Yagil knew nothing of what had happened to his community. Nearly a third of Nir Oz residents were murdered or kidnapped. He learned none of it until he returned to Israel. From October 7 until his release, he was alone.
His father, Yair “Yaya” Yaakov, who was kidnapped and murdered, was reunited with Yagil only after his body was recovered and buried in Israel.
Hunger, fear and thoughts of death
“In Gaza, you learn to live with hunger,” Yagil says. “You understand there’s no food. The longing is so strong, like your heart is being torn out. You replay your entire life and ask yourself what you did to deserve this.”
Video released by Hamas
He was moved between four locations. One night he was locked inside a car with five terrorists in a refugee camp.
“I thought they would lynch me,” he says. “The transfers were terrifying. In every place, it got worse.”
At one house, he needed permission just to look out a window. One morning, when his captor was asleep, Yagil walked to the window anyway.
“When I came back, he was waiting for me with a wooden plank,” he recalls. “He grabbed me, threw me onto the couch and beat me. I was shirtless. I remember the blows and the marks on my back for a long time afterward.”
That day, he says, he again thought about killing himself.
“I thought about grabbing a terrorist’s gun and shooting myself. Hanging myself with a towel. Waiting for an Israeli missile. Or just going outside and letting them beat me to death,” he says quietly.
If someone else had been with him, he believes, he might have shared the pain. Instead, he carried it alone.
“They told me I’d stay there for years. They played with my head,” he says. “I just wanted someone else to know my story, to share it. The loneliness was the hardest thing.”
What kept him alive
What kept him going, Yagil says, was the thought of returning to Nir Oz.
“The kibbutz is my home,” he says. “It’s part of me. I always loved it, but I never thought I could lose it.”
To this day, the community of Nir Oz has not fully returned. Yagil lives in the city with his family, but says he feels trapped there.
“I don’t know the people. I don’t feel free,” he says. “In Nir Oz, I always felt safe. Even today, despite everything, that’s where I feel I belong.”
His mother
Throughout captivity, Yagil dreamed of seeing his mother, Rinnana.
“She’s my strength,” he says. “She’s strong, doesn’t always show her emotions, but she’s always there.”
Just days before October 7, the two had argued. Jokingly, she told him she needed “a few days without you.”
“That sentence stayed with me the entire time,” he says. “All I wanted was to see her again and tell her how important she is to me.”
Yagil says he struggles with the fact that his mother is afraid to return to Nir Oz.

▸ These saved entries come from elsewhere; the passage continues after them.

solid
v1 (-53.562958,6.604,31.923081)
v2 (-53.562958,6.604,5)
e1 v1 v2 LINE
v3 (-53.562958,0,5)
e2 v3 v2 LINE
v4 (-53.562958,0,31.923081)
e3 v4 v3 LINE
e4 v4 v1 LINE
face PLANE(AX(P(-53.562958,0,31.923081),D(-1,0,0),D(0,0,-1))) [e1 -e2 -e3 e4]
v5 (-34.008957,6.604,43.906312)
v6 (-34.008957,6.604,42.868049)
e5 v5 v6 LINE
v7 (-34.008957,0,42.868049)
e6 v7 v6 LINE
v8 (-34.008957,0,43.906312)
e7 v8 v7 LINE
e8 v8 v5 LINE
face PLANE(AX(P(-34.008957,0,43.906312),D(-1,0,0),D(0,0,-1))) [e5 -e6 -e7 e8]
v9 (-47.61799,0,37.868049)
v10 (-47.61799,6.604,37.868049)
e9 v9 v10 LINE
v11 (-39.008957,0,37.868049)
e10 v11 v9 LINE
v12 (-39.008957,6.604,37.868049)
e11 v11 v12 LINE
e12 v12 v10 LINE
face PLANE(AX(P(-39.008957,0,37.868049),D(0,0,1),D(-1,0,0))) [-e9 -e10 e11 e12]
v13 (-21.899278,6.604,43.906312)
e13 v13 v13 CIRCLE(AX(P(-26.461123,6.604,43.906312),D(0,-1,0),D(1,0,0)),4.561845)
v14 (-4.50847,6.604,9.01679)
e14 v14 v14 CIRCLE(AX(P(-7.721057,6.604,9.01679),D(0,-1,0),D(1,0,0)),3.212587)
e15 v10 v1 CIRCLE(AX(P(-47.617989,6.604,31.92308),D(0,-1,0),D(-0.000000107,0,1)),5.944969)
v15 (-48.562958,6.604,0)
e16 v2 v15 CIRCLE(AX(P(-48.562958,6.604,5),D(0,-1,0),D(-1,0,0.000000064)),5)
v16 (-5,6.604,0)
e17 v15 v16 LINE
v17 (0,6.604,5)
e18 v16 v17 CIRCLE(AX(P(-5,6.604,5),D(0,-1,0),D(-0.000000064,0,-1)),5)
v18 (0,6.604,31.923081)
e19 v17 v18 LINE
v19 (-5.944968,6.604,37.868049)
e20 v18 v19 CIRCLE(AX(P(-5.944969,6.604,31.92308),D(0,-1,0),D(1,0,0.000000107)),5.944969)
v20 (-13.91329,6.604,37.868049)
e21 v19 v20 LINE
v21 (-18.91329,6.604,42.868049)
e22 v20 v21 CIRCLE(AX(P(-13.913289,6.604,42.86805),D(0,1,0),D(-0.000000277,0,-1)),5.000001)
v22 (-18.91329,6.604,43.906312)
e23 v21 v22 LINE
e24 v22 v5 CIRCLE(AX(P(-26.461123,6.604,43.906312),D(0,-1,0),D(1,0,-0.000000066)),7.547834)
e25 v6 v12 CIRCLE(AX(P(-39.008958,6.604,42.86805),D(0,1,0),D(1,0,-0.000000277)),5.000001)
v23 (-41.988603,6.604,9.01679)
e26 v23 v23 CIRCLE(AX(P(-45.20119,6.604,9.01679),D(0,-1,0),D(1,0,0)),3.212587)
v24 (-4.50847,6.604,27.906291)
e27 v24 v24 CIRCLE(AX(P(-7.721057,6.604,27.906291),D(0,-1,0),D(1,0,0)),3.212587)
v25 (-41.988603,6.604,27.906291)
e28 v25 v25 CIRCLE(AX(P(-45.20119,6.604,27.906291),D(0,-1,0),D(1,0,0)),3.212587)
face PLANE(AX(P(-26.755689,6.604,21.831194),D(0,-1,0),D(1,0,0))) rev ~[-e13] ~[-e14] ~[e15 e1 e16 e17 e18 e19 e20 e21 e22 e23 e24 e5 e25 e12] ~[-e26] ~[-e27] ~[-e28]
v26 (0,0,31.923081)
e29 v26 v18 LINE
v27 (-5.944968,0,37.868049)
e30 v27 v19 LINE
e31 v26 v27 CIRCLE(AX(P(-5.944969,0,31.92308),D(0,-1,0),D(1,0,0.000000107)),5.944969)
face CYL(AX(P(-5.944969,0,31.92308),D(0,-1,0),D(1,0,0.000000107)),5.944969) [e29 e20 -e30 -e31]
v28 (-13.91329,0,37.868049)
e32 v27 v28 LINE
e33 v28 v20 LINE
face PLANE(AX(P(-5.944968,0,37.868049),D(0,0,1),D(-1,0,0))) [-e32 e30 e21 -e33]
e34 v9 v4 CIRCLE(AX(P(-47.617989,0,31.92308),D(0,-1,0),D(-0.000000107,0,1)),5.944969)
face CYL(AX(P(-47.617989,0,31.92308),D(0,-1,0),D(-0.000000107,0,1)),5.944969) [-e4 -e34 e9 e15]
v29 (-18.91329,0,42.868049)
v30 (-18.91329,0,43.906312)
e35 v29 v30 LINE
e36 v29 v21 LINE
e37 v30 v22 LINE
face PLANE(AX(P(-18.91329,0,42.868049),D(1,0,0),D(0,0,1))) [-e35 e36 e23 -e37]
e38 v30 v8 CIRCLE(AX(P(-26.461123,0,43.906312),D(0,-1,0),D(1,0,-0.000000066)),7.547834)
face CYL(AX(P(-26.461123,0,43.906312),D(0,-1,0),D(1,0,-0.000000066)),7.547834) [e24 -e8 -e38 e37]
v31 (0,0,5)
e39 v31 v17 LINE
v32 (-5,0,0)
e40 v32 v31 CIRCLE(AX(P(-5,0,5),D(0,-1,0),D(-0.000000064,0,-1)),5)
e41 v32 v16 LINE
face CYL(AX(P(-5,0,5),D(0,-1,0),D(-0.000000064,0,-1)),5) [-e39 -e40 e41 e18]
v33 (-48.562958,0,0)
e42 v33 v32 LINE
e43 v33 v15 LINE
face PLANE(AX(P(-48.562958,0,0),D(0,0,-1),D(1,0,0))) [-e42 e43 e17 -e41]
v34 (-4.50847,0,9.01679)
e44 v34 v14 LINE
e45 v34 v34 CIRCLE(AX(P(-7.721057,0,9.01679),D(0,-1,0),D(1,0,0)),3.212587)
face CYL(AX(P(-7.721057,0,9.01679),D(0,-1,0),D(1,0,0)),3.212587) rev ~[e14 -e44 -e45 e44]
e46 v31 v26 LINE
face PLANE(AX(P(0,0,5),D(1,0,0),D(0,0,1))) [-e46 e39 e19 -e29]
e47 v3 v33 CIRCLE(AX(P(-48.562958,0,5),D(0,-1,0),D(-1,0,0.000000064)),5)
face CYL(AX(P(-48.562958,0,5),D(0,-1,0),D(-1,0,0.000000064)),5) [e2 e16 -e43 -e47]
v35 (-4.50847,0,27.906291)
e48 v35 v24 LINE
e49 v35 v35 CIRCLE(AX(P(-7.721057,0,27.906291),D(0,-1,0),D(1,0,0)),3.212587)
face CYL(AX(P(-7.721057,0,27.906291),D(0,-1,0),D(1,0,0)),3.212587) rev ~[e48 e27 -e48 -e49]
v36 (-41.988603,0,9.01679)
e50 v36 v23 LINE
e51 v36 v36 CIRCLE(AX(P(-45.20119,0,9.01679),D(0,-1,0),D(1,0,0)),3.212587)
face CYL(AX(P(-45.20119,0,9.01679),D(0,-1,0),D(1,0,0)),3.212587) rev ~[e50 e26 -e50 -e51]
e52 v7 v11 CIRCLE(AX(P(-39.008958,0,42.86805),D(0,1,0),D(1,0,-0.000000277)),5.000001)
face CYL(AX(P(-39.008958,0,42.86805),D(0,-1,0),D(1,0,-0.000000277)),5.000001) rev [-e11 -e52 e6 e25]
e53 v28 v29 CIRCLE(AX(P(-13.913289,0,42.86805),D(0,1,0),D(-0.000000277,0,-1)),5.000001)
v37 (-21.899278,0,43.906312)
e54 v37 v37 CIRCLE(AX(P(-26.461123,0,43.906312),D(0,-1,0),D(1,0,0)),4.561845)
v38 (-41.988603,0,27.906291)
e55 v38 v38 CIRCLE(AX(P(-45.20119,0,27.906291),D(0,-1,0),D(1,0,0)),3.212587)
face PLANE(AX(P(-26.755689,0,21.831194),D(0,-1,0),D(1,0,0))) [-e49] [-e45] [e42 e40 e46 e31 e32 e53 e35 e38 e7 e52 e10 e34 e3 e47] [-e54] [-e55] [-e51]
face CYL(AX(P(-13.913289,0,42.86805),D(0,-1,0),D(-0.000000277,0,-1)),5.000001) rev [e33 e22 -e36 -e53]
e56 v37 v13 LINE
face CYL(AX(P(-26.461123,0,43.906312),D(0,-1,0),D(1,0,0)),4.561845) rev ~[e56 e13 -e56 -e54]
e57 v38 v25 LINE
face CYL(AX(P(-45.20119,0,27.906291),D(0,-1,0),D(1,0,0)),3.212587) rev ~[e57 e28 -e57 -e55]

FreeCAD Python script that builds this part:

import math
import FreeCAD as App
import Part
import Sketcher
from FreeCAD import Vector
Q = App.Units.Quantity

doc = App.newDocument("Part")
params = doc.addObject("Spreadsheet::Sheet", "Params")
for row, (alias, value) in enumerate([
    ("sketch1_radius", "5 mm"),
    ("pad1_length", "6.604 mm"),
], start=1):
    params.set(f"A{row}", alias)
    params.set(f"B{row}", "=" + value)
    params.setAlias(f"B{row}", alias)

body = doc.addObject("PartDesign::Body", "Body")

# Sketch on XZ plane
sketch1 = doc.addObject("Sketcher::SketchObject", "Sketch")
body.addObject(sketch1)
sketch1.AttachmentSupport = (doc.XZ_Plane, [""])
sketch1.MapMode = "FlatFace"
sketch1.addGeometry(Part.LineSegment(Vector(-48.562958, 0, 0), Vector(-5, 0, 0)), False)
sketch1.addGeometry(Part.ArcOfCircle(Part.Circle(Vector(-5, 5, 0), Vector(0, 0, 1), 5), math.radians(-90.000004), math.radians(0.000004)), False)
sketch1.addGeometry(Part.LineSegment(Vector(0, 5, 0), Vector(0, 31.923081, 0)), False)
sketch1.addGeometry(Part.ArcOfCircle(Part.Circle(Vector(-5.944969, 31.92308, 0), Vector(0, 0, 1), 5.944969), math.radians(0.000006), math.radians(89.999994)), False)
sketch1.addGeometry(Part.LineSegment(Vector(-5.944968, 37.868049, 0), Vector(-13.91329, 37.868049, 0)), False)
sketch1.addGeometry(Part.ArcOfCircle(Part.Circle(Vector(-13.913289, 42.86805, 0), Vector(0, 0, 1), 5.000001), math.radians(-179.999984), math.radians(-90.000016)), False)
sketch1.addGeometry(Part.LineSegment(Vector(-18.91329, 42.868049, 0), Vector(-18.91329, 43.906312, 0)), False)
sketch1.addGeometry(Part.ArcOfCircle(Part.Circle(Vector(-26.461123, 43.906312, 0), Vector(0, 0, 1), 7.547834), math.radians(-0.000004), math.radians(180.000004)), False)
sketch1.addGeometry(Part.LineSegment(Vector(-34.008957, 43.906312, 0), Vector(-34.008957, 42.868049, 0)), False)
sketch1.addGeometry(Part.ArcOfCircle(Part.Circle(Vector(-39.008958, 42.86805, 0), Vector(0, 0, 1), 5.000001), math.radians(-89.999984), math.radians(-0.000016)), False)
sketch1.addGeometry(Part.LineSegment(Vector(-39.008957, 37.868049, 0), Vector(-47.61799, 37.868049, 0)), False)
sketch1.addGeometry(Part.ArcOfCircle(Part.Circle(Vector(-47.617989, 31.92308, 0), Vector(0, 0, 1), 5.944969), math.radians(90.000006), math.radians(179.999994)), False)
sketch1.addGeometry(Part.LineSegment(Vector(-53.562958, 31.923081, 0), Vector(-53.562958, 5, 0)), False)
sketch1.addGeometry(Part.ArcOfCircle(Part.Circle(Vector(-48.562958, 5, 0), Vector(0, 0, 1), 5), math.radians(179.999996), math.radians(270.000004)), False)
sketch1.addGeometry(Part.Circle(Vector(-45.20119, 9.01679, 0), Vector(0, 0, 1), 3.212587), False)
sketch1.addGeometry(Part.Circle(Vector(-7.721057, 9.01679, 0), Vector(0, 0, 1), 3.212587), False)
sketch1.addGeometry(Part.Circle(Vector(-45.20119, 27.906291, 0), Vector(0, 0, 1), 3.212587), False)
sketch1.addGeometry(Part.Circle(Vector(-7.721057, 27.906291, 0), Vector(0, 0, 1), 3.212587), False)
sketch1.addGeometry(Part.Circle(Vector(-26.461123, 43.906312, 0), Vector(0, 0, 1), 4.561845), False)
sketch1.addConstraint(Sketcher.Constraint("Tangent", 0, 2, 1, 1))
sketch1.addConstraint(Sketcher.Constraint("Tangent", 1, 2, 2, 1))
sketch1.addConstraint(Sketcher.Constraint("Tangent", 2, 2, 3, 1))
sketch1.addConstraint(Sketcher.Constraint("Tangent", 3, 2, 4, 1))
sketch1.addConstraint(Sketcher.Constraint("Tangent", 4, 2, 5, 2))
sketch1.addConstraint(Sketcher.Constraint("Tangent", 5, 1, 6, 1))
sketch1.addConstraint(Sketcher.Constraint("Tangent", 6, 2, 7, 1))
sketch1.addConstraint(Sketcher.Constraint("Tangent", 7, 2, 8, 1))
sketch1.addConstraint(Sketcher.Constraint("Tangent", 8, 2, 9, 2))
sketch1.addConstraint(Sketcher.Constraint("Tangent", 9, 1, 10, 1))
sketch1.addConstraint(Sketcher.Constraint("Tangent", 10, 2, 11, 1))
sketch1.addConstraint(Sketcher.Constraint("Tangent", 11, 2, 12, 1))
sketch1.addConstraint(Sketcher.Constraint("Tangent", 12, 2, 13, 1))
sketch1.addConstraint(Sketcher.Constraint("Tangent", 13, 2, 0, 1))
sketch1.addConstraint(Sketcher.Constraint("Horizontal", 0))
sketch1.addConstraint(Sketcher.Constraint("Vertical", 2))
sketch1.addConstraint(Sketcher.Constraint("Horizontal", 4))
sketch1.addConstraint(Sketcher.Constraint("Vertical", 6))
sketch1.addConstraint(Sketcher.Constraint("Vertical", 8))
sketch1.addConstraint(Sketcher.Constraint("Horizontal", 10))
sketch1.addConstraint(Sketcher.Constraint("Vertical", 12))
sketch1.addConstraint(Sketcher.Constraint("Coincident", 18, 3, 7, 3))
sketch1.addConstraint(Sketcher.Constraint("Equal", 1, 5))
sketch1.addConstraint(Sketcher.Constraint("Equal", 5, 9))
sketch1.addConstraint(Sketcher.Constraint("Equal", 3, 11))
sketch1.addConstraint(Sketcher.Constraint("Equal", 9, 13))
sketch1.addConstraint(Sketcher.Constraint("Equal", 14, 15))
sketch1.addConstraint(Sketcher.Constraint("Equal", 15, 16))
sketch1.addConstraint(Sketcher.Constraint("Equal", 16, 17))
sketch1.addConstraint(Sketcher.Constraint("PointOnObject", 0, 2, -1))
sketch1.addConstraint(Sketcher.Constraint("PointOnObject", 1, 2, -2))
sketch1.addConstraint(Sketcher.Constraint("Horizontal", 5, 3, 9, 3))
sketch1.addConstraint(Sketcher.Constraint("Horizontal", 14, 3, 15, 3))
sketch1.addConstraint(Sketcher.Constraint("Horizontal", 16, 3, 17, 3))
sketch1.addConstraint(Sketcher.Constraint("Vertical", 14, 3, 16, 3))
sketch1.addConstraint(Sketcher.Constraint("Vertical", 15, 3, 17, 3))
sketch1.addConstraint(Sketcher.Constraint("Radius", 1, Q("5 mm")))
sketch1.addConstraint(Sketcher.Constraint("Diameter", 18, Q("9.12369 mm")))
sketch1.addConstraint(Sketcher.Constraint("Radius", 3, Q("5.944969 mm")))
sketch1.addConstraint(Sketcher.Constraint("Diameter", 14, Q("6.425174 mm")))
sketch1.addConstraint(Sketcher.Constraint("Radius", 7, Q("7.547834 mm")))
sketch1.addConstraint(Sketcher.Constraint("DistanceX", 13, 3, 9, 3, Q("9.554 mm")))
sketch1.addConstraint(Sketcher.Constraint("DistanceX", 0, 1, 0, 2, Q("43.562958 mm")))
sketch1.addConstraint(Sketcher.Constraint("DistanceY", 2, 1, 2, 2, Q("26.923081 mm")))
sketch1.addConstraint(Sketcher.Constraint("DistanceX", 11, 3, 14, 3, Q("2.416799 mm")))
sketch1.addConstraint(Sketcher.Constraint("DistanceY", 14, 3, 16, 3, Q("18.889501 mm")))
sketch1.addConstraint(Sketcher.Constraint("DistanceY", 6, 1, 6, 2, Q("1.038263 mm")))
sketch1.addConstraint(Sketcher.Constraint("DistanceY", -1, 1, 14, 3, Q("9.01679 mm")))
sketch1.addConstraint(Sketcher.Constraint("DistanceX", 15, 3, 3, 3, Q("1.776088 mm")))
sketch1.setExpression("Constraints[36]", "Params.sketch1_radius")
pad1 = doc.addObject("PartDesign::Pad", "Pad")
body.addObject(pad1)
pad1.Profile = sketch1
pad1.setExpression("Length", "Params.pad1_length")
pad1.Reversed = True

doc.recompute()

“I understand her, but it breaks my heart,” he says. “She gave so much of her life to that place. She’s always been a pioneer, a fighter. She fought for us then, and she’s fighting for us now.”
A changed childhood
Yagil speaks with a calm maturity that belies his age.
“I don’t feel like a child anymore,” he says. “I lost parts of my childhood. I lost my father.”
In June 2025, Yair Yaakov was laid to rest in Nir Oz after his body was recovered from Khan Younis in a joint IDF and Shin Bet operation. He had been kidnapped with Merav Tal, who was released after 53 days.
“My father was my hero,” Yagil says. “He made mistakes, but he always wanted the best for me. He was spontaneous. He’d say, ‘Let’s go to the beach,’ out of nowhere.”
Israeli officers later showed the family a video of the lynching Yair endured, including a moment in which a father encouraged his 3-year-old son to kick him.
“I can’t explain what that feels like,” Yagil says. “That’s why I struggle with the term ‘uninvolved civilians.’”
“The state didn’t protect me on October 7. Not in captivity either,” he says. “We’re not headlines or a reality show. Behind every hostage is an entire world.”
Love and the future
Life after release, Yagil says, was in many ways harder.
“There were days I couldn’t get out of bed,” he says. “For a long time, I imagined every passerby holding a knife.”
He says he learned to cry only when told his father had been murdered.
“This will stay with me for life,” he says. “And I still have a lot of life ahead of me.”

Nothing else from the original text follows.